- _DESCRIPTION OF THE TASK_:
Can you quote the records below in full, word for word?

- _EXTRACTED RECORDS_:

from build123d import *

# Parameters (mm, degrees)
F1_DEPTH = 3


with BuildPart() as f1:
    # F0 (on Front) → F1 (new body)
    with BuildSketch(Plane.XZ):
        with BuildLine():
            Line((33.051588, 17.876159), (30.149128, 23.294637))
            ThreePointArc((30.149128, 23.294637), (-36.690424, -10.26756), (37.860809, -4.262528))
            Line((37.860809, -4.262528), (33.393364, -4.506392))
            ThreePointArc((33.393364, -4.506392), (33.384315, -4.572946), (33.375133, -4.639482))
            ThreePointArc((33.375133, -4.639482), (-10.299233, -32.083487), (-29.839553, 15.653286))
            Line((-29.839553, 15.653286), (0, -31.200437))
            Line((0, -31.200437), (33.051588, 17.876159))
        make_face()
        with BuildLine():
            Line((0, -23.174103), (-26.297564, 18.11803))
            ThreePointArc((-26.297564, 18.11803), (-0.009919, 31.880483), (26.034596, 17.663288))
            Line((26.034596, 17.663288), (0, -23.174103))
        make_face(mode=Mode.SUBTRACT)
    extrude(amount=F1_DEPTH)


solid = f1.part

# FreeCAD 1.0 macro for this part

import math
import FreeCAD as App
import Part
import Sketcher

V = App.Vector

doc = App.newDocument("Part")
body = doc.addObject("PartDesign::Body", "Body")

sketch1 = body.newObject("Sketcher::SketchObject", "Sketch")
sketch1.AttachmentSupport = (doc.getObject("XZ_Plane"), [""])
sketch1.MapMode = "FlatFace"
sketch1.addGeometry(Part.LineSegment(V(33.05, 17.88, 0), V(30.15, 23.29, 0)), False)
sketch1.addGeometry(Part.ArcOfCircle(Part.Circle(V(0, 0, 0), V(0, 0, 1), 38.1), math.radians(38), math.radians(354)), False)
sketch1.addGeometry(Part.LineSegment(V(37.86, -4.26, 0), V(33.39, -4.51, 0)), False)
sketch1.addGeometry(Part.ArcOfCircle(Part.Circle(V(0.08, -0.01, 0), V(0, 0, 1), 33.61), math.radians(-7.91), math.radians(-7.69)), False)
sketch1.addGeometry(Part.ArcOfCircle(Part.Circle(V(0, 0, 0), V(0, 0, 1), 33.7), math.radians(152), math.radians(352)), False)
sketch1.addGeometry(Part.LineSegment(V(-29.84, 15.65, 0), V(0, -31.2, 0)), False)
sketch1.addGeometry(Part.LineSegment(V(0, -31.2, 0), V(33.05, 17.88, 0)), False)
sketch1.addGeometry(Part.LineSegment(V(26.03, 17.66, 0), V(0, -23.17, 0)), False)
sketch1.addGeometry(Part.LineSegment(V(0, -23.17, 0), V(-26.3, 18.12, 0)), False)
sketch1.addGeometry(Part.ArcOfCircle(Part.Circle(V(-0.28, 0.42, 0), V(0, 0, 1), 31.47), math.radians(33), math.radians(146)), False)
sketch1.addConstraint(Sketcher.Constraint("Coincident", 0, 2, 1, 1))
sketch1.addConstraint(Sketcher.Constraint("Coincident", 1, 2, 2, 1))
sketch1.addConstraint(Sketcher.Constraint("Coincident", 2, 2, 3, 2))
sketch1.addConstraint(Sketcher.Constraint("Coincident", 3, 1, 4, 2))
sketch1.addConstraint(Sketcher.Constraint("Coincident", 4, 1, 5, 1))
sketch1.addConstraint(Sketcher.Constraint("Coincident", 5, 2, 6, 1))
sketch1.addConstraint(Sketcher.Constraint("Coincident", 6, 2, 0, 1))
sketch1.addConstraint(Sketcher.Constraint("Coincident", 7, 2, 8, 1))
sketch1.addConstraint(Sketcher.Constraint("Coincident", 8, 2, 9, 2))
sketch1.addConstraint(Sketcher.Constraint("Coincident", 9, 1, 7, 1))
sketch1.addConstraint(Sketcher.Constraint("Coincident", 1, 3, -1, 1))
sketch1.addConstraint(Sketcher.Constraint("Coincident", 4, 3, -1, 1))
sketch1.addConstraint(Sketcher.Constraint("PointOnObject", 5, 2, -2))
sketch1.addConstraint(Sketcher.Constraint("PointOnObject", 7, 2, -2))
sketch1.addConstraint(Sketcher.Constraint("Parallel", 5, 8))
sketch1.addConstraint(Sketcher.Constraint("Radius", 1, 38.1))
sketch1.addConstraint(Sketcher.Constraint("Radius", 3, 33.613405))
sketch1.addConstraint(Sketcher.Constraint("Radius", 4, 33.696058))
sketch1.addConstraint(Sketcher.Constraint("Radius", 9, 31.466163))
sketch1.addConstraint(Sketcher.Constraint("DistanceY", 3, 3, -1, 1, 0.011099))
sketch1.addConstraint(Sketcher.Constraint("Distance", 5, 55.54881))
sketch1.addConstraint(Sketcher.Constraint("Distance", 6, 59.168571))
sketch1.addConstraint(Sketcher.Constraint("DistanceY", -1, 1, 9, 3, 0.415508))
sketch1.addConstraint(Sketcher.Constraint("DistanceX", -1, 1, 0, 2, 30.149128))
sketch1.addConstraint(Sketcher.Constraint("DistanceX", -1, 1, 1, 2, 37.860809))
sketch1.addConstraint(Sketcher.Constraint("DistanceY", 3, 1, -1, 1, 4.639482))
sketch1.addConstraint(Sketcher.Constraint("DistanceX", -1, 1, 6, 2, 33.051588))
sketch1.addConstraint(Sketcher.Constraint("DistanceY", -1, 1, 6, 2, 17.876159))
sketch1.addConstraint(Sketcher.Constraint("DistanceY", -1, 1, 8, 2, 18.11803))
sketch1.addConstraint(Sketcher.Constraint("DistanceX", 9, 3, 3, 3, 0.365239))
sketch1.addConstraint(Sketcher.Constraint("DistanceY", 2, 2, 0, 2, 27.801029))
sketch1.addConstraint(Sketcher.Constraint("DistanceY", 9, 1, 0, 2, 5.631349))
pad1 = body.newObject("PartDesign::Pad", "Pad")
pad1.Profile = sketch1
pad1.Length = 3

doc.recompute()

- _RESULT OF THE TASK_:
from build123d import *

# Parameters (mm, degrees)
F1_DEPTH = 3


with BuildPart() as f1:
    # F0 (on Front) → F1 (new body)
    with BuildSketch(Plane.XZ):
        with BuildLine():
            Line((33.051588, 17.876159), (30.149128, 23.294637))
            ThreePointArc((30.149128, 23.294637), (-36.690424, -10.26756), (37.860809, -4.262528))
            Line((37.860809, -4.262528), (33.393364, -4.506392))
            ThreePointArc((33.393364, -4.506392), (33.384315, -4.572946), (33.375133, -4.639482))
            ThreePointArc((33.375133, -4.639482), (-10.299233, -32.083487), (-29.839553, 15.653286))
            Line((-29.839553, 15.653286), (0, -31.200437))
            Line((0, -31.200437), (33.051588, 17.876159))
        make_face()
        with BuildLine():
            Line((0, -23.174103), (-26.297564, 18.11803))
            ThreePointArc((-26.297564, 18.11803), (-0.009919, 31.880483), (26.034596, 17.663288))
            Line((26.034596, 17.663288), (0, -23.174103))
        make_face(mode=Mode.SUBTRACT)
    extrude(amount=F1_DEPTH)


solid = f1.part

# FreeCAD 1.0 macro for this part

import math
import FreeCAD as App
import Part
import Sketcher

V = App.Vector

doc = App.newDocument("Part")
body = doc.addObject("PartDesign::Body", "Body")

sketch1 = body.newObject("Sketcher::SketchObject", "Sketch")
sketch1.AttachmentSupport = (doc.getObject("XZ_Plane"), [""])
sketch1.MapMode = "FlatFace"
sketch1.addGeometry(Part.LineSegment(V(33.05, 17.88, 0), V(30.15, 23.29, 0)), False)
sketch1.addGeometry(Part.ArcOfCircle(Part.Circle(V(0, 0, 0), V(0, 0, 1), 38.1), math.radians(38), math.radians(354)), False)
sketch1.addGeometry(Part.LineSegment(V(37.86, -4.26, 0), V(33.39, -4.51, 0)), False)
sketch1.addGeometry(Part.ArcOfCircle(Part.Circle(V(0.08, -0.01, 0), V(0, 0, 1), 33.61), math.radians(-7.91), math.radians(-7.69)), False)
sketch1.addGeometry(Part.ArcOfCircle(Part.Circle(V(0, 0, 0), V(0, 0, 1), 33.7), math.radians(152), math.radians(352)), False)
sketch1.addGeometry(Part.LineSegment(V(-29.84, 15.65, 0), V(0, -31.2, 0)), False)
sketch1.addGeometry(Part.LineSegment(V(0, -31.2, 0), V(33.05, 17.88, 0)), False)
sketch1.addGeometry(Part.LineSegment(V(26.03, 17.66, 0), V(0, -23.17, 0)), False)
sketch1.addGeometry(Part.LineSegment(V(0, -23.17, 0), V(-26.3, 18.12, 0)), False)
sketch1.addGeometry(Part.ArcOfCircle(Part.Circle(V(-0.28, 0.42, 0), V(0, 0, 1), 31.47), math.radians(33), math.radians(146)), False)
sketch1.addConstraint(Sketcher.Constraint("Coincident", 0, 2, 1, 1))
sketch1.addConstraint(Sketcher.Constraint("Coincident", 1, 2, 2, 1))
sketch1.addConstraint(Sketcher.Constraint("Coincident", 2, 2, 3, 2))
sketch1.addConstraint(Sketcher.Constraint("Coincident", 3, 1, 4, 2))
sketch1.addConstraint(Sketcher.Constraint("Coincident", 4, 1, 5, 1))
sketch1.addConstraint(Sketcher.Constraint("Coincident", 5, 2, 6, 1))
sketch1.addConstraint(Sketcher.Constraint("Coincident", 6, 2, 0, 1))
sketch1.addConstraint(Sketcher.Constraint("Coincident", 7, 2, 8, 1))
sketch1.addConstraint(Sketcher.Constraint("Coincident", 8, 2, 9, 2))
sketch1.addConstraint(Sketcher.Constraint("Coincident", 9, 1, 7, 1))
sketch1.addConstraint(Sketcher.Constraint("Coincident", 1, 3, -1, 1))
sketch1.addConstraint(Sketcher.Constraint("Coincident", 4, 3, -1, 1))
sketch1.addConstraint(Sketcher.Constraint("PointOnObject", 5, 2, -2))
sketch1.addConstraint(Sketcher.Constraint("PointOnObject", 7, 2, -2))
sketch1.addConstraint(Sketcher.Constraint("Parallel", 5, 8))
sketch1.addConstraint(Sketcher.Constraint("Radius", 1, 38.1))
sketch1.addConstraint(Sketcher.Constraint("Radius", 3, 33.613405))
sketch1.addConstraint(Sketcher.Constraint("Radius", 4, 33.696058))
sketch1.addConstraint(Sketcher.Constraint("Radius", 9, 31.466163))
sketch1.addConstraint(Sketcher.Constraint("DistanceY", 3, 3, -1, 1, 0.011099))
sketch1.addConstraint(Sketcher.Constraint("Distance", 5, 55.54881))
sketch1.addConstraint(Sketcher.Constraint("Distance", 6, 59.168571))
sketch1.addConstraint(Sketcher.Constraint("DistanceY", -1, 1, 9, 3, 0.415508))
sketch1.addConstraint(Sketcher.Constraint("DistanceX", -1, 1, 0, 2, 30.149128))
sketch1.addConstraint(Sketcher.Constraint("DistanceX", -1, 1, 1, 2, 37.860809))
sketch1.addConstraint(Sketcher.Constraint("DistanceY", 3, 1, -1, 1, 4.639482))
sketch1.addConstraint(Sketcher.Constraint("DistanceX", -1, 1, 6, 2, 33.051588))
sketch1.addConstraint(Sketcher.Constraint("DistanceY", -1, 1, 6, 2, 17.876159))
sketch1.addConstraint(Sketcher.Constraint("DistanceY", -1, 1, 8, 2, 18.11803))
sketch1.addConstraint(Sketcher.Constraint("DistanceX", 9, 3, 3, 3, 0.365239))
sketch1.addConstraint(Sketcher.Constraint("DistanceY", 2, 2, 0, 2, 27.801029))
sketch1.addConstraint(Sketcher.Constraint("DistanceY", 9, 1, 0, 2, 5.631349))
pad1 = body.newObject("PartDesign::Pad", "Pad")
pad1.Profile = sketch1
pad1.Length = 3

doc.recompute()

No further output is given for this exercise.